Figure fig:tokenizer_accuracy reports the results of these experiments.

Figure fig:tokenizer_accuracy
Assessing tokenization algorithms via classification.
figures/tokenizer-accuracy.png

In addition, I ran a version of the above experiment where the testing data were drawn, not from the same source as the training data, but rather from another corpus with the same kind of star-rating mark-up — in this case, 6000 user-supplied IMDB reviews. Such out-of-domain testing provides insight into how portable the classifier model is.

Figure fig:tokenizer_accuracy_xtrain summarizes the results from this experiment. Overall, the performance is less good and more volatile, but sentiment-aware tokenization is still the best option.

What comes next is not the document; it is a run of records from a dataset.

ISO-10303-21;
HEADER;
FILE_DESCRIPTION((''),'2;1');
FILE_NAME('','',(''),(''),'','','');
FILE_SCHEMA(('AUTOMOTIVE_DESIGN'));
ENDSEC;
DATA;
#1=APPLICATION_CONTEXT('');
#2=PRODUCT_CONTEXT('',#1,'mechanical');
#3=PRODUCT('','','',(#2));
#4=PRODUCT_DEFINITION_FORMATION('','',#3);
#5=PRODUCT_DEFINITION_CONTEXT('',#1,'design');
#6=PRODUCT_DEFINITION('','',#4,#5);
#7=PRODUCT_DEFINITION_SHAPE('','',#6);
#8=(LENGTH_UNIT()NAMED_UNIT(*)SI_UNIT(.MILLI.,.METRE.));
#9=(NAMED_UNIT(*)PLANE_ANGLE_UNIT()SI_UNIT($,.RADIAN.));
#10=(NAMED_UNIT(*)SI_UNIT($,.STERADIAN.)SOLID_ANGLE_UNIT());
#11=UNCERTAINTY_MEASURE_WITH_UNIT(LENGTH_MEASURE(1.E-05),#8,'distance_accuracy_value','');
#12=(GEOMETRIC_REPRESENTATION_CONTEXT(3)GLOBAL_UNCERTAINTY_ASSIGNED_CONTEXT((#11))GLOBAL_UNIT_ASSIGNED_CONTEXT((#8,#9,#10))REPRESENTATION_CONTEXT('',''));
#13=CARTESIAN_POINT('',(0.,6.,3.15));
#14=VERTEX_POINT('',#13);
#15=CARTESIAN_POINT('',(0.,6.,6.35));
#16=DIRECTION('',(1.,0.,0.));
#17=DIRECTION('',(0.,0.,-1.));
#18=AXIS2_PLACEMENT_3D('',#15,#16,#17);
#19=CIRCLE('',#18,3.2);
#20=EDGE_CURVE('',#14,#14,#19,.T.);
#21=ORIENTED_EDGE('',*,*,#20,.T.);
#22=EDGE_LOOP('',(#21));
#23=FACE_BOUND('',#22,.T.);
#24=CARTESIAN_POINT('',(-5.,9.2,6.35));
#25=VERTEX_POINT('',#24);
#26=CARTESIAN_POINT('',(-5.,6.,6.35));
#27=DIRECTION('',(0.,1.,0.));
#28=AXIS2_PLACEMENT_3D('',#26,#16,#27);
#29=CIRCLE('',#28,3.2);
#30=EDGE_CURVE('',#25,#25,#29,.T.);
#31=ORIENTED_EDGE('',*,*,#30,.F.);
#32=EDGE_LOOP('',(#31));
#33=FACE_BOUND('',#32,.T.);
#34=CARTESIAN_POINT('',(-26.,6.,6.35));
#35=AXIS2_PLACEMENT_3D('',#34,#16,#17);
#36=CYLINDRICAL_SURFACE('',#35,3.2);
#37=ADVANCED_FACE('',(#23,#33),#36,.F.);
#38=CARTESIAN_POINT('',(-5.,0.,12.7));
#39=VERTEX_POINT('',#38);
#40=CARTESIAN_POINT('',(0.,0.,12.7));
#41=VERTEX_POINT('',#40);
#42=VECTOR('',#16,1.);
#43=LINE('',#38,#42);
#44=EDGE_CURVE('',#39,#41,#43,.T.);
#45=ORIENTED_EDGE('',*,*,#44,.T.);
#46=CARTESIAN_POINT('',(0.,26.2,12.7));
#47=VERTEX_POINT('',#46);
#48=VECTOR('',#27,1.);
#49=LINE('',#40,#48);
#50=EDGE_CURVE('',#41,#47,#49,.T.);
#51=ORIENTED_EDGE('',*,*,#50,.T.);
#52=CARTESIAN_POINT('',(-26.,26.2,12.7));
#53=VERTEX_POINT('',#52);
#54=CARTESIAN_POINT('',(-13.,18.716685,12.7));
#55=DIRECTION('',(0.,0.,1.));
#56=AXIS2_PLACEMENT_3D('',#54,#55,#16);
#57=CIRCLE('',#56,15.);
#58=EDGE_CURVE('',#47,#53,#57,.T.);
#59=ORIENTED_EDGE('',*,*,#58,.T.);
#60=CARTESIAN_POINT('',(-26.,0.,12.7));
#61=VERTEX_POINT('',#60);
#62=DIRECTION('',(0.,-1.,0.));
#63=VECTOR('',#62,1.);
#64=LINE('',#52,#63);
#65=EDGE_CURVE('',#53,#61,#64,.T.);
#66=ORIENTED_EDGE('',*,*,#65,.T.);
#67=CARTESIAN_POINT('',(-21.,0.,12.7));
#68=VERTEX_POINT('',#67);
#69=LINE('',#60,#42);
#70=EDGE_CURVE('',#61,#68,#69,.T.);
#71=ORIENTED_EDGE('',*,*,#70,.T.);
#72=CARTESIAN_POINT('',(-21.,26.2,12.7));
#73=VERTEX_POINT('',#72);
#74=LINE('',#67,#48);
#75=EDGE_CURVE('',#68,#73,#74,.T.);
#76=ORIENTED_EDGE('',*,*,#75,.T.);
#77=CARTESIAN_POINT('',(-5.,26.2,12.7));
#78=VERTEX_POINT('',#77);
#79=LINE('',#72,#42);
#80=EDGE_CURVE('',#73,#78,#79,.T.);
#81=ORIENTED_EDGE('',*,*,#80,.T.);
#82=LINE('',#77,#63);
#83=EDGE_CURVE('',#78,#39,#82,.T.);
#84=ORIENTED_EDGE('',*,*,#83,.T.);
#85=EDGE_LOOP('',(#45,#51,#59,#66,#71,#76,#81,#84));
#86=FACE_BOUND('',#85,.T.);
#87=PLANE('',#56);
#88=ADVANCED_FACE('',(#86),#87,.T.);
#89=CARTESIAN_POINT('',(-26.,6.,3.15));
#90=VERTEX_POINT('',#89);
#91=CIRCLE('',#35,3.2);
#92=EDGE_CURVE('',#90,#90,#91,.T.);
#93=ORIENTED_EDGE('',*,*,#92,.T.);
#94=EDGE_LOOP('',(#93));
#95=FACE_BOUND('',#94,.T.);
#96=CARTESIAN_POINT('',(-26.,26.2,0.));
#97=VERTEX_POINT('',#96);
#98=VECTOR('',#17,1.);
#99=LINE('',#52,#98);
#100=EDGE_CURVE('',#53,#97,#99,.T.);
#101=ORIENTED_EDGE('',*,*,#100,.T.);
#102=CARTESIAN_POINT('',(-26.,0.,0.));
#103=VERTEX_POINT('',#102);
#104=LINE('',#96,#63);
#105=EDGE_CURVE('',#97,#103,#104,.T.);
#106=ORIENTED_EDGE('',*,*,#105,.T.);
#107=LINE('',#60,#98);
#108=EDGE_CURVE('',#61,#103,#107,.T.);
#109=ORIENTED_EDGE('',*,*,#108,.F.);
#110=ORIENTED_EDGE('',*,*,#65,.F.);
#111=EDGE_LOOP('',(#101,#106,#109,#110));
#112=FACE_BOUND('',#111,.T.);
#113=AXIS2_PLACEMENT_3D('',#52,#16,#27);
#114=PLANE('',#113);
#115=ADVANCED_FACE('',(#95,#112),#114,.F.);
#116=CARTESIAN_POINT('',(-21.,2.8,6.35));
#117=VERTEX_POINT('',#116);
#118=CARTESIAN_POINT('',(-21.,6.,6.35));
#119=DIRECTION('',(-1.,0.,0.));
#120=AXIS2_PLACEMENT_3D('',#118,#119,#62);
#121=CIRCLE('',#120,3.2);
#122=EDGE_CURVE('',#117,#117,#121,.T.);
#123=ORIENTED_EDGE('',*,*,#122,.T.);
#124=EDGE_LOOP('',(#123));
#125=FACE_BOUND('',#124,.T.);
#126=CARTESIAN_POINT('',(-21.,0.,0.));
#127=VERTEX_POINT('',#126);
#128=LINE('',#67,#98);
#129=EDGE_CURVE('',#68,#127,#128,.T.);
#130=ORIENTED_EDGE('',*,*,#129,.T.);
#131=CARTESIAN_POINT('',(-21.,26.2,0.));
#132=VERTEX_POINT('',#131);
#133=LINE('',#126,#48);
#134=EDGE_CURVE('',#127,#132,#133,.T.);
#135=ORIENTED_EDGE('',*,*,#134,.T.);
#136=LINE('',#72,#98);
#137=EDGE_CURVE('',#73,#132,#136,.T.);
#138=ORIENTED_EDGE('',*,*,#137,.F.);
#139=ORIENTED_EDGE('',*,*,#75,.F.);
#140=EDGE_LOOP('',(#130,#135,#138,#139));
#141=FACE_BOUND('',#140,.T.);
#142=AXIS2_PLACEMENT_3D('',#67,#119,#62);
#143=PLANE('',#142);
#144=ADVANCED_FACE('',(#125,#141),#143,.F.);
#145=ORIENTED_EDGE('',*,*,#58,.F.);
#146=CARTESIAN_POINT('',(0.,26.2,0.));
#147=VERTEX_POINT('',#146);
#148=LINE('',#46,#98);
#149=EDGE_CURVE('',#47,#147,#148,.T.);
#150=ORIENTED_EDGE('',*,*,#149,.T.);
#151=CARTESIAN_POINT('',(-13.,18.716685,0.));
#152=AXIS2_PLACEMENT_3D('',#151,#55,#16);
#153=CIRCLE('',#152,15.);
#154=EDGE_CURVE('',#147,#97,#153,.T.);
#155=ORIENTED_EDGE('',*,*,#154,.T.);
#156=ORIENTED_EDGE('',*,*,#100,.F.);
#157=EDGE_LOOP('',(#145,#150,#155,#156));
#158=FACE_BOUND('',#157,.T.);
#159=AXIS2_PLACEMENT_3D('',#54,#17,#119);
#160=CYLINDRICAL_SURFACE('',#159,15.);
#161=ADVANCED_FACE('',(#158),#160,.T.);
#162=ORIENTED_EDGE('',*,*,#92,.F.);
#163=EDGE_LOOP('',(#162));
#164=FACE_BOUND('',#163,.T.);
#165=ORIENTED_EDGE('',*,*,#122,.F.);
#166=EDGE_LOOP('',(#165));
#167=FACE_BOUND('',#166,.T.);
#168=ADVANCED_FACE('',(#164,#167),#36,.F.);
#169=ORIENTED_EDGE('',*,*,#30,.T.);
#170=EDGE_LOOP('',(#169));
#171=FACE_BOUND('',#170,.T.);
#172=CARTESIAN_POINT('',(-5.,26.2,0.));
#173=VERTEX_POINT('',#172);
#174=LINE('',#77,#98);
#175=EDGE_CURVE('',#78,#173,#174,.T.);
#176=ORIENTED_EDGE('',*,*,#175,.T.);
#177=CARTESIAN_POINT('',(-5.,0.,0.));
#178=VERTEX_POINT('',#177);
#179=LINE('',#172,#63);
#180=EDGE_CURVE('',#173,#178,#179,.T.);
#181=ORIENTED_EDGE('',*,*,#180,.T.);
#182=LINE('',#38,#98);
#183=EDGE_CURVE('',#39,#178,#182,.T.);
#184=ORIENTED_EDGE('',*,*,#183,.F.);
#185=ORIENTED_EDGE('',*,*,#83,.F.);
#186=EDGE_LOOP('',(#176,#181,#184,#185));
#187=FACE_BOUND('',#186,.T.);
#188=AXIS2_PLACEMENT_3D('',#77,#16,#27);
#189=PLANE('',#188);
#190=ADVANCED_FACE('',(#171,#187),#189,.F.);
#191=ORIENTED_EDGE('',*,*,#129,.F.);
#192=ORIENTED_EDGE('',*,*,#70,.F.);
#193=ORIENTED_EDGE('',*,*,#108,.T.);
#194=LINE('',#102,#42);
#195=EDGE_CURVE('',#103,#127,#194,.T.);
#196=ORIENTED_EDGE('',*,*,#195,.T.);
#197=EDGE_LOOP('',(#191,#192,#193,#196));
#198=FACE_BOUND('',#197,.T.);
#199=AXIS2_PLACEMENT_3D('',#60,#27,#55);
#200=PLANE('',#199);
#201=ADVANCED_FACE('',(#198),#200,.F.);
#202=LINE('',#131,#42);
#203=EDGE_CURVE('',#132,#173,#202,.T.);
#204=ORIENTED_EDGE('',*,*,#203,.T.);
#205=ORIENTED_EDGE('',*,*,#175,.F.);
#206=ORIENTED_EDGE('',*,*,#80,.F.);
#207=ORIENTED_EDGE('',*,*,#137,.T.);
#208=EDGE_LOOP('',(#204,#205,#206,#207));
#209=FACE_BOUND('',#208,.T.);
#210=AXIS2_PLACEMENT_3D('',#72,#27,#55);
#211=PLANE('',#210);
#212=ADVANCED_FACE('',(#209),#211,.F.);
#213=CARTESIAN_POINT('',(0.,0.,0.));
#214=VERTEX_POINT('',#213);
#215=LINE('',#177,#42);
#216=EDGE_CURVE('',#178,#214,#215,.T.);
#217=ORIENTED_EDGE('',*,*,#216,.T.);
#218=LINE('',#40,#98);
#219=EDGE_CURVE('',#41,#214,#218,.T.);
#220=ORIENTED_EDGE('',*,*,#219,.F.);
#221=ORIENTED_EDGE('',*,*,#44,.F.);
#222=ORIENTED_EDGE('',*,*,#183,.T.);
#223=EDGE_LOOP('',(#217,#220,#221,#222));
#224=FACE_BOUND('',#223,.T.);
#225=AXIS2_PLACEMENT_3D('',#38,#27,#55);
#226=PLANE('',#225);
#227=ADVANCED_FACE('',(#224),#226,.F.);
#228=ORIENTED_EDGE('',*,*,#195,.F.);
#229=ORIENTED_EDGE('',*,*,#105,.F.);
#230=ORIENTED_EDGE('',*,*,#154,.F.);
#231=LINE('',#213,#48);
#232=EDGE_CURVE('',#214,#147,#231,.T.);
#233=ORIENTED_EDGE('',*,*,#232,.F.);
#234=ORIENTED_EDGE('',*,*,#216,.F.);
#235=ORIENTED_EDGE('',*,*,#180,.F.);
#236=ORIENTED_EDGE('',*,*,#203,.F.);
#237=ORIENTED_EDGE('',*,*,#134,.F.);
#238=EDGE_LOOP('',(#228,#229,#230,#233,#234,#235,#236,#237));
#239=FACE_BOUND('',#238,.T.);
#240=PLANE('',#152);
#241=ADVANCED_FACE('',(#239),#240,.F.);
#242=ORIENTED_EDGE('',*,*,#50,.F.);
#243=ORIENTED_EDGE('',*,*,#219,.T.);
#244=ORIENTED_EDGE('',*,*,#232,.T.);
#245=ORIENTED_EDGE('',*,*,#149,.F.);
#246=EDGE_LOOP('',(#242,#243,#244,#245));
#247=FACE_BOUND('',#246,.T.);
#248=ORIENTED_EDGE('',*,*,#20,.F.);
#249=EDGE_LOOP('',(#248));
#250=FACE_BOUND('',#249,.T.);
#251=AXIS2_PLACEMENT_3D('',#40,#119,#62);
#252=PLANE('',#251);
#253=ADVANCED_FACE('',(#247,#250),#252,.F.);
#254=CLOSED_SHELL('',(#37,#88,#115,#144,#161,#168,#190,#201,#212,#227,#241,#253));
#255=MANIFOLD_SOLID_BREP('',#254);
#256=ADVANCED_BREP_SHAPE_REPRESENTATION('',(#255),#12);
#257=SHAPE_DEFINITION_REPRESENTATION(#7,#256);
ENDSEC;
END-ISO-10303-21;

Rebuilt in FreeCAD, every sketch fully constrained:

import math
import FreeCAD as App
import Part
import Sketcher
from FreeCAD import Vector
Q = App.Units.Quantity

doc = App.newDocument("Part")
params = doc.addObject("Spreadsheet::Sheet", "Params")
for row, (alias, value) in enumerate([
    ("sketch1_radius", "15 mm"),
    ("sketch1_width", "5 mm"),
    ("sketch1_width2", "16 mm"),
    ("sketch1_height", "26.2 mm"),
    ("pad1_length", "12.7 mm"),
    ("sketch2_diameter", "6.4 mm"),
], start=1):
    params.set(f"A{row}", alias)
    params.set(f"B{row}", "=" + value)
    params.setAlias(f"B{row}", alias)

body = doc.addObject("PartDesign::Body", "Body")

# Sketch on XY plane
sketch1 = doc.addObject("Sketcher::SketchObject", "Sketch")
body.addObject(sketch1)
sketch1.AttachmentSupport = (doc.XY_Plane, [""])
sketch1.MapMode = "FlatFace"
sketch1.addGeometry([
    Part.LineSegment(Vector(0, 0, 0), Vector(0, 26, 0)),  # 0
    Part.ArcOfCircle(Part.Circle(Vector(-13, 19, 0), Vector(0, 0, 1), 15), math.radians(30), math.radians(150)),  # 1
    Part.LineSegment(Vector(-26, 26, 0), Vector(-26, 0, 0)),  # 2
    Part.LineSegment(Vector(-26, 0, 0), Vector(-21, 0, 0)),  # 3
    Part.LineSegment(Vector(-21, 0, 0), Vector(-21, 26, 0)),  # 4
    Part.LineSegment(Vector(-21, 26, 0), Vector(-5, 26, 0)),  # 5
    Part.LineSegment(Vector(-5, 26, 0), Vector(-5, 0, 0)),  # 6
    Part.LineSegment(Vector(-5, 0, 0), Vector(0, 0, 0)),  # 7
], False)
sketch1.addConstraint([
    Sketcher.Constraint("Coincident", 0, 2, 1, 1),
    Sketcher.Constraint("Coincident", 1, 2, 2, 1),
    Sketcher.Constraint("Coincident", 2, 2, 3, 1),
    Sketcher.Constraint("Coincident", 3, 2, 4, 1),
    Sketcher.Constraint("Coincident", 4, 2, 5, 1),
    Sketcher.Constraint("Coincident", 5, 2, 6, 1),
    Sketcher.Constraint("Coincident", 6, 2, 7, 1),
    Sketcher.Constraint("Coincident", 7, 2, 0, 1),
    Sketcher.Constraint("Vertical", 0),
    Sketcher.Constraint("Vertical", 2),
    Sketcher.Constraint("Horizontal", 3),
    Sketcher.Constraint("Vertical", 4),
    Sketcher.Constraint("Horizontal", 5),
    Sketcher.Constraint("Vertical", 6),
    Sketcher.Constraint("Horizontal", 7),
    Sketcher.Constraint("Coincident", 7, 2, -1, 1),
    Sketcher.Constraint("PointOnObject", 2, 2, -1),
    Sketcher.Constraint("Horizontal", 0, 2, 1, 2),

Figure fig:tokenizer_accuracy_xtrain
Assessing tokenization algorithms via classification: out-of-domain testing on IMDB reviews.
figures/tokenizer-accuracy-xtrain.png

My take-away message is that careful tokenization pays-off, especially where there is relatively little training data available. Where there is a lot of training data, tokenization matters less, since there is enough data for the model to learn that, e.g., happy and happy," are basically both the same token, and it becomes less important to capture the effects of any particular word, emoticon, etc.

Speed

As tokenizers get more complicated, they of necessity become less efficient. Table tab:tokenizer_speed illustrates. For many applications, this is not a problem, but it can be a pressing issue if real-time results are needed.

The Catch-22 is that the really fast tokenizers require a lot more data to perform well, whereas the slow tokenizers perform well with limited data.

Tokenization is easily parallelized, so the effects of the slow-down can be mitigated by good infrastructure.

Table tab:tokenizer_speed
Tokenizer speed for 12,000 OpenTable reviews. The numbers are averages for 100 rounds. The average review length is about 50 words.
Tokenizer Total time (secs) Average secs/text
Whitespace 1.305 0.0001
Treebank 9.085 0.001
Sentiment 29.915 0.002

Summary of conclusions

  1. Good tokenizer design will pay off, especially where the amount of training data is limited.
    1. Increased classifier effectiveness
    2. Increased model portability
  2. Where there is a large amount of data, careful tokenizing is less important.
  3. Good tokenizer design might be especially important for sentiment analysis, where a lot of information is encoded in punctuation and non-standard words.
  4. Good tokenizing takes time, which might be an issue for real-time interactive systems. However, the times involved are unlikely to be prohibitive for off-line systems: tokenization is easily parallelized and can be optimized based on known properties of the text.